D. – Un'altra questione è quella dei rapporti tra le diverse comunità linguistiche in Belgio sulla vita della Chiesa…
R. – Il suo impatto è molto limitato. Innanzitutto, la diversità delle lingue nel nostro Paese – che sono essenzialmente il fiammingo, il francese e un po’ il tedesco – prima di essere una fonte di difficoltà è un'opportunità, perché ci sono sensibilità complementari, una diversità che è una ricchezza. Va detto che la Chiesa belga, nel suo insieme, non vive tensioni su questo fronte. Ma è vero che si nota una diversità di approcci anche nella nostra Conferenza episcopale.

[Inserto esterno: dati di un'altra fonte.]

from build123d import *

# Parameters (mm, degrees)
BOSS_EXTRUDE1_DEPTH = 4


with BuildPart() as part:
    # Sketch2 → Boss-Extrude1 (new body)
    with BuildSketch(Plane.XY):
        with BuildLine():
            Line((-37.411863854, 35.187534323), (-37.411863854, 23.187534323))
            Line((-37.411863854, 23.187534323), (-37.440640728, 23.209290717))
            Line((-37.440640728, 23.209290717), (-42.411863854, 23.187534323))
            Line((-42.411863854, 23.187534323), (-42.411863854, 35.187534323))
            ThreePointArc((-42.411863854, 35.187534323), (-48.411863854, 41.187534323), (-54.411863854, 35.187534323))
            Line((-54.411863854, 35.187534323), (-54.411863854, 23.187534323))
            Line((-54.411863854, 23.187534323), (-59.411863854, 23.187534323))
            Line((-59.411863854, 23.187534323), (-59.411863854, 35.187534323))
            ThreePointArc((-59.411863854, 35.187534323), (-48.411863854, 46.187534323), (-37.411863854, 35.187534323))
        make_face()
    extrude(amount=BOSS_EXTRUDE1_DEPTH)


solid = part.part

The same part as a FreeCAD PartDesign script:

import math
import FreeCAD as App
import Part
import Sketcher
from FreeCAD import Vector

doc = App.newDocument("Part")
body = doc.addObject("PartDesign::Body", "Body")

# Sketch on XY plane
sketch1 = doc.addObject("Sketcher::SketchObject", "Sketch")
body.addObject(sketch1)
sketch1.AttachmentSupport = (doc.XY_Plane, [""])
sketch1.MapMode = "FlatFace"
sketch1.addGeometry(Part.LineSegment(Vector(-37.412, 23.188, 0), Vector(-37.412, 35.188, 0)), False)
sketch1.addGeometry(Part.ArcOfCircle(Part.Circle(Vector(-48.412, 35.188, 0), Vector(0, 0, 1), 11), math.radians(0), math.radians(180)), False)
sketch1.addGeometry(Part.LineSegment(Vector(-59.412, 35.188, 0), Vector(-59.412, 23.188, 0)), False)
sketch1.addGeometry(Part.LineSegment(Vector(-59.412, 23.188, 0), Vector(-54.412, 23.188, 0)), False)
sketch1.addGeometry(Part.LineSegment(Vector(-54.412, 23.188, 0), Vector(-54.412, 35.188, 0)), False)
sketch1.addGeometry(Part.ArcOfCircle(Part.Circle(Vector(-48.412, 35.188, 0), Vector(0, 0, 1), 6), math.radians(0), math.radians(180)), False)
sketch1.addGeometry(Part.LineSegment(Vector(-42.412, 35.188, 0), Vector(-42.412, 23.188, 0)), False)
sketch1.addGeometry(Part.LineSegment(Vector(-42.412, 23.188, 0), Vector(-37.441, 23.209, 0)), False)
sketch1.addGeometry(Part.LineSegment(Vector(-37.441, 23.209, 0), Vector(-37.412, 23.188, 0)), False)
sketch1.addConstraint(Sketcher.Constraint("Tangent", 0, 2, 1, 1))
sketch1.addConstraint(Sketcher.Constraint("Tangent", 1, 2, 2, 1))
sketch1.addConstraint(Sketcher.Constraint("Coincident", 2, 2, 3, 1))
sketch1.addConstraint(Sketcher.Constraint("Coincident", 3, 2, 4, 1))
sketch1.addConstraint(Sketcher.Constraint("Tangent", 4, 2, 5, 2))
sketch1.addConstraint(Sketcher.Constraint("Tangent", 5, 1, 6, 1))
sketch1.addConstraint(Sketcher.Constraint("Coincident", 6, 2, 7, 1))
sketch1.addConstraint(Sketcher.Constraint("Coincident", 7, 2, 8, 1))
sketch1.addConstraint(Sketcher.Constraint("Coincident", 8, 2, 0, 1))
sketch1.addConstraint(Sketcher.Constraint("Vertical", 0))
sketch1.addConstraint(Sketcher.Constraint("Vertical", 2))
sketch1.addConstraint(Sketcher.Constraint("Horizontal", 3))
sketch1.addConstraint(Sketcher.Constraint("Vertical", 4))
sketch1.addConstraint(Sketcher.Constraint("Vertical", 6))
sketch1.addConstraint(Sketcher.Constraint("Coincident", 5, 3, 1, 3))
sketch1.addConstraint(Sketcher.Constraint("Horizontal", 3, 2, 6, 2))
sketch1.addConstraint(Sketcher.Constraint("Horizontal", 6, 2, 8, 2))
sketch1.addConstraint(Sketcher.Constraint("Radius", 1, 11.0))
sketch1.addConstraint(Sketcher.Constraint("Radius", 5, 6.0))
sketch1.addConstraint(Sketcher.Constraint("DistanceY", 0, 1, 0, 2, 12.0))
sketch1.addConstraint(Sketcher.Constraint("Distance", 7, 4.971271))
sketch1.addConstraint(Sketcher.Constraint("DistanceX", 7, 2, -1, 1, 37.440641))
sketch1.addConstraint(Sketcher.Constraint("DistanceY", -1, 1, 7, 2, 23.209291))
sketch1.addConstraint(Sketcher.Constraint("Distance", 8, 0.036076))
pad1 = doc.addObject("PartDesign::Pad", "Pad")
body.addObject(pad1)
pad1.Profile = sketch1
pad1.Length = 4

doc.recompute()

D. – Come viene percepita nella società la parola della Chiesa sulle questioni relative alla vita e alla famiglia?
R. – Oggi è percepita pregiudizialmente in modo negativo: vi è una sorta di diffidenza, di sospetto, ma quando si presenta l’occasione per spiegare direttamente la complessità della parola della Chiesa su questi temi, noto che il messaggio passa piuttosto bene. La maggior parte della gente conosce la Chiesa solo dagli slogan, dalle semplificazioni e dai titoli dei giornali. Ma quando c'è l‘occasione per spiegare le cose in modo più articolato e pacato, la parola della Chiesa è ben accolta, soprattutto se si mostra al tempo stesso coerenza e sensibilità per ciò che vive la gente.

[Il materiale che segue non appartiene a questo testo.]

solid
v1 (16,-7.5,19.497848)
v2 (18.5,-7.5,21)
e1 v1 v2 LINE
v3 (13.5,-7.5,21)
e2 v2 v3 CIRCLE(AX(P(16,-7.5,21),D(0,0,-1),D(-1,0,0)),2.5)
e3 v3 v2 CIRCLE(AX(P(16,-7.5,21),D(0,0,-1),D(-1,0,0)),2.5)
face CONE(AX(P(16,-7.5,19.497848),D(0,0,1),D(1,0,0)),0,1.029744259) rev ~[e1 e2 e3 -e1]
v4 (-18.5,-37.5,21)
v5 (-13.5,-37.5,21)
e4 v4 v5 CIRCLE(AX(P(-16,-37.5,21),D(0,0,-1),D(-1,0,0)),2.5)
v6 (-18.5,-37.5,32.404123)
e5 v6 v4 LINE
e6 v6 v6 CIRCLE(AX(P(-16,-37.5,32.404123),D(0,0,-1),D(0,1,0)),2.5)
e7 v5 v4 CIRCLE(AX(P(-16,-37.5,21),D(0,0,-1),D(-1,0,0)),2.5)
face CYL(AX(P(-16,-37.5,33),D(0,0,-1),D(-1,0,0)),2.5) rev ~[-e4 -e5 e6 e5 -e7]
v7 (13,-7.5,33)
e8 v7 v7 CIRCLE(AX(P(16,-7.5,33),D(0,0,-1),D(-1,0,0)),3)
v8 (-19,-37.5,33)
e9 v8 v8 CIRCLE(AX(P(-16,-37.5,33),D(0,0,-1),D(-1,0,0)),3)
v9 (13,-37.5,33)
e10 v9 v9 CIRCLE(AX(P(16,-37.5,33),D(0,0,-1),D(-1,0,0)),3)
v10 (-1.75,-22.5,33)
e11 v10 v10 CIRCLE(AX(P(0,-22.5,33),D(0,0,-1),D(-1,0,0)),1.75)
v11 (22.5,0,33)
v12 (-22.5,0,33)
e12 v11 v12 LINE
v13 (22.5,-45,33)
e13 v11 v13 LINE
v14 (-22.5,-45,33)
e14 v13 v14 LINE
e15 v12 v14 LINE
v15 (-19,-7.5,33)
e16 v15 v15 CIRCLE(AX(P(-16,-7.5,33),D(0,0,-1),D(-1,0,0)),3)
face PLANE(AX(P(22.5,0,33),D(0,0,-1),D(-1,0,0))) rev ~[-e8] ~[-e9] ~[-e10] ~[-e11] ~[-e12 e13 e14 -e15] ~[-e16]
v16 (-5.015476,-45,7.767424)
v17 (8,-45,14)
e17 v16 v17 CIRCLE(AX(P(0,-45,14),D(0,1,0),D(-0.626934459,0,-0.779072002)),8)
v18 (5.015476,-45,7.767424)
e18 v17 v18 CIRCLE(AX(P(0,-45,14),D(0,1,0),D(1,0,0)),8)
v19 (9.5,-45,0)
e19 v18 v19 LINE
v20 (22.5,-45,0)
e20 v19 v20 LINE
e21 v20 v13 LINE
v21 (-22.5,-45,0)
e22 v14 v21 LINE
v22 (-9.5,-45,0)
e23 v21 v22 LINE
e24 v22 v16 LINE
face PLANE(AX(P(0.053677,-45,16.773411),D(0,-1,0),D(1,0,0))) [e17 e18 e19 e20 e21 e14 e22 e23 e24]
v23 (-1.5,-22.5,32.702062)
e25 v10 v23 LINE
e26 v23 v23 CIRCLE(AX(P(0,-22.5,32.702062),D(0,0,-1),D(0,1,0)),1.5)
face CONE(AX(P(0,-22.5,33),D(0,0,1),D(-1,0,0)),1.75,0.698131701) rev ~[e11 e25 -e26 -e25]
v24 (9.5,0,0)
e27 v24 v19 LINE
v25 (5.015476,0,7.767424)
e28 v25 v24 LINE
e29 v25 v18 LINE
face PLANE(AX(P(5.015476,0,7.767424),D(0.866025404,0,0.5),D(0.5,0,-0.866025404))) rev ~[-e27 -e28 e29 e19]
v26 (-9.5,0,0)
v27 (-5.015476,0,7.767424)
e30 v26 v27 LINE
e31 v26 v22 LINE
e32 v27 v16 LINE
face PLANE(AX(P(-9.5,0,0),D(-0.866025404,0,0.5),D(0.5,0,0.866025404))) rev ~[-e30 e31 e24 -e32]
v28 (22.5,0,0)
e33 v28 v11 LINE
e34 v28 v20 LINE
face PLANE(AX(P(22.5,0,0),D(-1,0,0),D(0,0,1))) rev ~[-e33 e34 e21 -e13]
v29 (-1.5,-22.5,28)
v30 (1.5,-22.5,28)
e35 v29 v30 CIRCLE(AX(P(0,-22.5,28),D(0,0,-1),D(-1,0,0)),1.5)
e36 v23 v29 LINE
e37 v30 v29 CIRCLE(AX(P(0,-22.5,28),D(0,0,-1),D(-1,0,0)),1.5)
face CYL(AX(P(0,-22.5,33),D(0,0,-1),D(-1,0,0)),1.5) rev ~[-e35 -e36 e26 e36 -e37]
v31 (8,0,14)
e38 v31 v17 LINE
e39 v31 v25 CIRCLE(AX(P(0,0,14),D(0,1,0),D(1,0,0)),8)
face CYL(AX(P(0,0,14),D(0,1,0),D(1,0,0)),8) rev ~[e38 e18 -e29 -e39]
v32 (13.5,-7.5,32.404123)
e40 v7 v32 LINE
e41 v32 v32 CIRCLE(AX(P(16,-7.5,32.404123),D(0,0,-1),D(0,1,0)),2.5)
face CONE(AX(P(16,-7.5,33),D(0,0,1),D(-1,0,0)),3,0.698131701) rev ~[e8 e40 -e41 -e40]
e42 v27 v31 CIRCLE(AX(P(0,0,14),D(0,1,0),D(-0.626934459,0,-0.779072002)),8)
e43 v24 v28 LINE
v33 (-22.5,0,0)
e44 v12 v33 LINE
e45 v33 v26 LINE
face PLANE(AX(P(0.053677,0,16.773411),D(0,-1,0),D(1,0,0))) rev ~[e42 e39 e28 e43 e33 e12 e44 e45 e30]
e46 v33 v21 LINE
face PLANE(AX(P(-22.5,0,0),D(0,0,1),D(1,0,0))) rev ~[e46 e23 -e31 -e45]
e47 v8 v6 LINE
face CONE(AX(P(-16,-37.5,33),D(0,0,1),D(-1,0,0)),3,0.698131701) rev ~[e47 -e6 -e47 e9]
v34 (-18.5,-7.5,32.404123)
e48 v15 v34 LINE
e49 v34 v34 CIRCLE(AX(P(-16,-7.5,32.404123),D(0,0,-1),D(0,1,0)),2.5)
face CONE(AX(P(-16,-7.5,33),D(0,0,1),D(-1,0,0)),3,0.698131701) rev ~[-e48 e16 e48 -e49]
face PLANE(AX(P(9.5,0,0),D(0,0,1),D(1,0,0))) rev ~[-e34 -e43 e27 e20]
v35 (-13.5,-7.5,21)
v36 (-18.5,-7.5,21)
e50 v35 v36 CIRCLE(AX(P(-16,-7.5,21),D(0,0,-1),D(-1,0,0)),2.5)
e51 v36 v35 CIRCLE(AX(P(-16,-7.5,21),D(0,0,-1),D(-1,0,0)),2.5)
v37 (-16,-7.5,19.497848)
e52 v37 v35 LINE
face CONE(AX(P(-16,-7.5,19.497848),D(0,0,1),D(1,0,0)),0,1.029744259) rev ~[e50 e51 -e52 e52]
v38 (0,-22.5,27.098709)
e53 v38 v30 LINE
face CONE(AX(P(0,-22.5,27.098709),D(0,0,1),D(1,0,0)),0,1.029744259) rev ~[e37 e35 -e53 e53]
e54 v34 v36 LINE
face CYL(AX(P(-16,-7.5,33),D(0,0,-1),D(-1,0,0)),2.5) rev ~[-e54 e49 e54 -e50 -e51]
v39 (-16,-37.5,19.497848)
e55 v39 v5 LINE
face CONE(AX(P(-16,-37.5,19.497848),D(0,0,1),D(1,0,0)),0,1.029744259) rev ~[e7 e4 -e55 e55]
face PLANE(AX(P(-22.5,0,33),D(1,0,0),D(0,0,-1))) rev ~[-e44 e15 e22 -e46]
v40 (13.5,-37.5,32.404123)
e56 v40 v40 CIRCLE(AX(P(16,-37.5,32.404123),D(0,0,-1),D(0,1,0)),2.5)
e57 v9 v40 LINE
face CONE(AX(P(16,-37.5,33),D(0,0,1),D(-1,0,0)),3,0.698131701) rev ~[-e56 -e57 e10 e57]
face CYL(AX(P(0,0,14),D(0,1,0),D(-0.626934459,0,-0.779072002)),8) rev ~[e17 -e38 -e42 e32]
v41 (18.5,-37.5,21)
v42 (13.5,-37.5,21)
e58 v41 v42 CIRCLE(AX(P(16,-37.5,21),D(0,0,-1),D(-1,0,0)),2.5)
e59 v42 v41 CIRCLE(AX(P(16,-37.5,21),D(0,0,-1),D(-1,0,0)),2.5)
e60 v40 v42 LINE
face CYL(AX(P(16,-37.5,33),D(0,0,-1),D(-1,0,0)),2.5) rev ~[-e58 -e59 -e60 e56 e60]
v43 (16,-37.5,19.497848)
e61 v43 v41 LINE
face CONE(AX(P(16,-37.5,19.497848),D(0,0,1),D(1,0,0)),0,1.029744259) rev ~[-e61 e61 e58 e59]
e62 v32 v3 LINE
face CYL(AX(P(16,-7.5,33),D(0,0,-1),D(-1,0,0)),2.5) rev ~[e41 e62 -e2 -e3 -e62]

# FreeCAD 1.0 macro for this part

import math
import FreeCAD as App
import Part
import Sketcher
from FreeCAD import Vector
Q = App.Units.Quantity

doc = App.newDocument("Part")
body = doc.addObject("PartDesign::Body", "Body")

sketch1 = body.newObject("Sketcher::SketchObject", "Sketch")
sketch1.AttachmentSupport = (doc.getObject("XZ_Plane"), [""])
sketch1.MapMode = "FlatFace"
sketch1.addGeometry(Part.LineSegment(Vector(10, 0, 0), Vector(22, 0, 0)), False)
sketch1.addGeometry(Part.LineSegment(Vector(22, 0, 0), Vector(22, 33, 0)), False)
sketch1.addGeometry(Part.LineSegment(Vector(22, 33, 0), Vector(-22, 33, 0)), False)
sketch1.addGeometry(Part.LineSegment(Vector(-22, 33, 0), Vector(-22, 0, 0)), False)
sketch1.addGeometry(Part.LineSegment(Vector(-22, 0, 0), Vector(-10, 0, 0)), False)
sketch1.addGeometry(Part.LineSegment(Vector(-10, 0, 0), Vector(-5, 8, 0)), False)
sketch1.addGeometry(Part.ArcOfCircle(Part.Circle(Vector(0, 14, 0), Vector(0, 0, 1), 8), math.radians(0), math.radians(231)), False)
sketch1.addGeometry(Part.ArcOfCircle(Part.Circle(Vector(0, 14, 0), Vector(0, 0, 1), 8), math.radians(-51), math.radians(0)), False)
sketch1.addGeometry(Part.LineSegment(Vector(5, 8, 0), Vector(10, 0, 0)), False)
sketch1.addConstraint(Sketcher.Constraint("Coincident", 0, 2, 1, 1))
sketch1.addConstraint(Sketcher.Constraint("Coincident", 1, 2, 2, 1))
sketch1.addConstraint(Sketcher.Constraint("Coincident", 2, 2, 3, 1))
sketch1.addConstraint(Sketcher.Constraint("Coincident", 3, 2, 4, 1))
sketch1.addConstraint(Sketcher.Constraint("Coincident", 4, 2, 5, 1))
sketch1.addConstraint(Sketcher.Constraint("Coincident", 5, 2, 6, 2))
sketch1.addConstraint(Sketcher.Constraint("Tangent", 6, 1, 7, 2))
sketch1.addConstraint(Sketcher.Constraint("Coincident", 7, 1, 8, 1))
sketch1.addConstraint(Sketcher.Constraint("Coincident", 8, 2, 0, 1))
sketch1.addConstraint(Sketcher.Constraint("Horizontal", 0))
sketch1.addConstraint(Sketcher.Constraint("Vertical", 1))
sketch1.addConstraint(Sketcher.Constraint("Horizontal", 2))
sketch1.addConstraint(Sketcher.Constraint("Vertical", 3))
sketch1.addConstraint(Sketcher.Constraint("Horizontal", 4))
sketch1.addConstraint(Sketcher.Constraint("Equal", 6, 7))
sketch1.addConstraint(Sketcher.Constraint("Symmetric", 0, 2, 3, 2, -1, 1))
sketch1.addConstraint(Sketcher.Constraint("Symmetric", 5, 2, 7, 1, -2))
sketch1.addConstraint(Sketcher.Constraint("Symmetric", 4, 2, 8, 2, -2))
sketch1.addConstraint(Sketcher.Constraint("Horizontal", 7, 3, 6, 1))
sketch1.addConstraint(Sketcher.Constraint("Radius", 6, 8.0))
sketch1.addConstraint(Sketcher.Constraint("DistanceX", 0, 1, 0, 2, 13.0))
sketch1.addConstraint(Sketcher.Constraint("DistanceX", 2, 2, 2, 1, 45.0))
sketch1.addConstraint(Sketcher.Constraint("DistanceY", 1, 1, 1, 2, 33.0))
sketch1.addConstraint(Sketcher.Constraint("Angle", 5, Q("60 deg")))
sketch1.addConstraint(Sketcher.Constraint("DistanceY", -1, 1, 6, 3, 14.0))
pad1 = body.newObject("PartDesign::Pad", "Pad")
pad1.Profile = sketch1
pad1.Length = 45

sketch2 = body.newObject("Sketcher::SketchObject", "Sketch001")
sketch2.AttachmentSupport = (doc.getObject("XY_Plane"), [""])
sketch2.MapMode = "FlatFace"
sketch2.AttachmentOffset = App.Placement(Vector(0, 0, 33), App.Rotation())
sketch2.addGeometry(Part.Circle(Vector(-16, -7.5, 0), Vector(0, 0, 1), 2.5), False)
sketch2.addGeometry(Part.Circle(Vector(-16, -37.5, 0), Vector(0, 0, 1), 2.5), False)
sketch2.addGeometry(Part.Circle(Vector(16, -37.5, 0), Vector(0, 0, 1), 2.5), False)
sketch2.addGeometry(Part.Circle(Vector(16, -7.5, 0), Vector(0, 0, 1), 2.5), False)
sketch2.addConstraint(Sketcher.Constraint("Equal", 0, 1))
sketch2.addConstraint(Sketcher.Constraint("Equal", 1, 2))
sketch2.addConstraint(Sketcher.Constraint("Equal", 2, 3))
sketch2.addConstraint(Sketcher.Constraint("Symmetric", 1, 3, 2, 3, -2))
sketch2.addConstraint(Sketcher.Constraint("Symmetric", 0, 3, 3, 3, -2))
sketch2.addConstraint(Sketcher.Constraint("Vertical", 0, 3, 1, 3))
sketch2.addConstraint(Sketcher.Constraint("Diameter", 0, 5.0))
sketch2.addConstraint(Sketcher.Constraint("DistanceX", 0, 3, -1, 1, 16.0))
sketch2.addConstraint(Sketcher.Constraint("DistanceY", 1, 3, 0, 3, 30.0))
sketch2.addConstraint(Sketcher.Constraint("DistanceY", 0, 3, -1, 1, 7.5))
doc.recompute()
hole = body.newObject("PartDesign::Hole", "Hole")
hole.Profile = sketch2
hole.ThreadType = "None"
hole.Diameter = 5
hole.DepthType = "Dimension"
hole.Depth = 12
hole.DrillPoint = "Angled"
hole.DrillPointAngle = 118
hole.HoleCutType = "Countersink"
hole.HoleCutDiameter = 6
hole.HoleCutCountersinkAngle = 80

sketch3 = body.newObject("Sketcher::SketchObject", "Sketch002")
sketch3.AttachmentSupport = (doc.getObject("XY_Plane"), [""])
sketch3.MapMode = "FlatFace"
sketch3.AttachmentOffset = App.Placement(Vector(0, 0, 33), App.Rotation())
sketch3.addGeometry(Part.Circle(Vector(0, -22.5, 0), Vector(0, 0, 1), 1.5), False)
sketch3.addConstraint(Sketcher.Constraint("PointOnObject", 0, 3, -2))
sketch3.addConstraint(Sketcher.Constraint("Diameter", 0, 3.0))
sketch3.addConstraint(Sketcher.Constraint("DistanceY", 0, 3, -1, 1, 22.5))
doc.recompute()
hole2 = body.newObject("PartDesign::Hole", "Hole001")
hole2.Profile = sketch3
hole2.ThreadType = "None"
hole2.Diameter = 3
hole2.DepthType = "Dimension"
hole2.Depth = 5
hole2.DrillPoint = "Angled"
hole2.DrillPointAngle = 118
hole2.HoleCutType = "Countersink"
hole2.HoleCutDiameter = 3.5
hole2.HoleCutCountersinkAngle = 80

doc.recompute()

D. – Qual è lo stato di salute del cattolicesimo in Belgio? Sappiamo che i cattolici praticanti sono in grande calo…
R. – La pratica si è molto ridotta. Ci troviamo in una situazione di accentuata secolarizzazione e questo vale per tutte le regioni del Paese, anche se un po' meno nelle Fiandre. Penso che la prima cosa da fare è prendere atto di questa situazione. La Chiesa in Belgio ha avuto molto da dire in passato, forse anche troppo da una posizione di forza, e dobbiamo accettare che questa situazione non esiste più. Oggi, siamo una voce tra le altre, una voce importante, ma una tra le altre. Oggi occorre incoraggiare gli sforzi per ricreare delle ferventi comunità cristiane con le persone che vogliono farlo, gente convinta.
D. – Il Belgio sta vivendo una nuova crisi politica. Come vede il futuro del Paese?
R. – La Chiesa deve essere molto cauta quando si parla di questioni politiche. Personalmente sono convinto che il Belgio possa superare questa crisi, perché lo imporrà il realismo. Non può dividersi. Il Belgio è già non molto esteso, è impensabile che si lasci trascinare in un’avventura separatista. Credo si andrà verso un sistema ancora più federale, ma l’unità del Paese sarà conservata.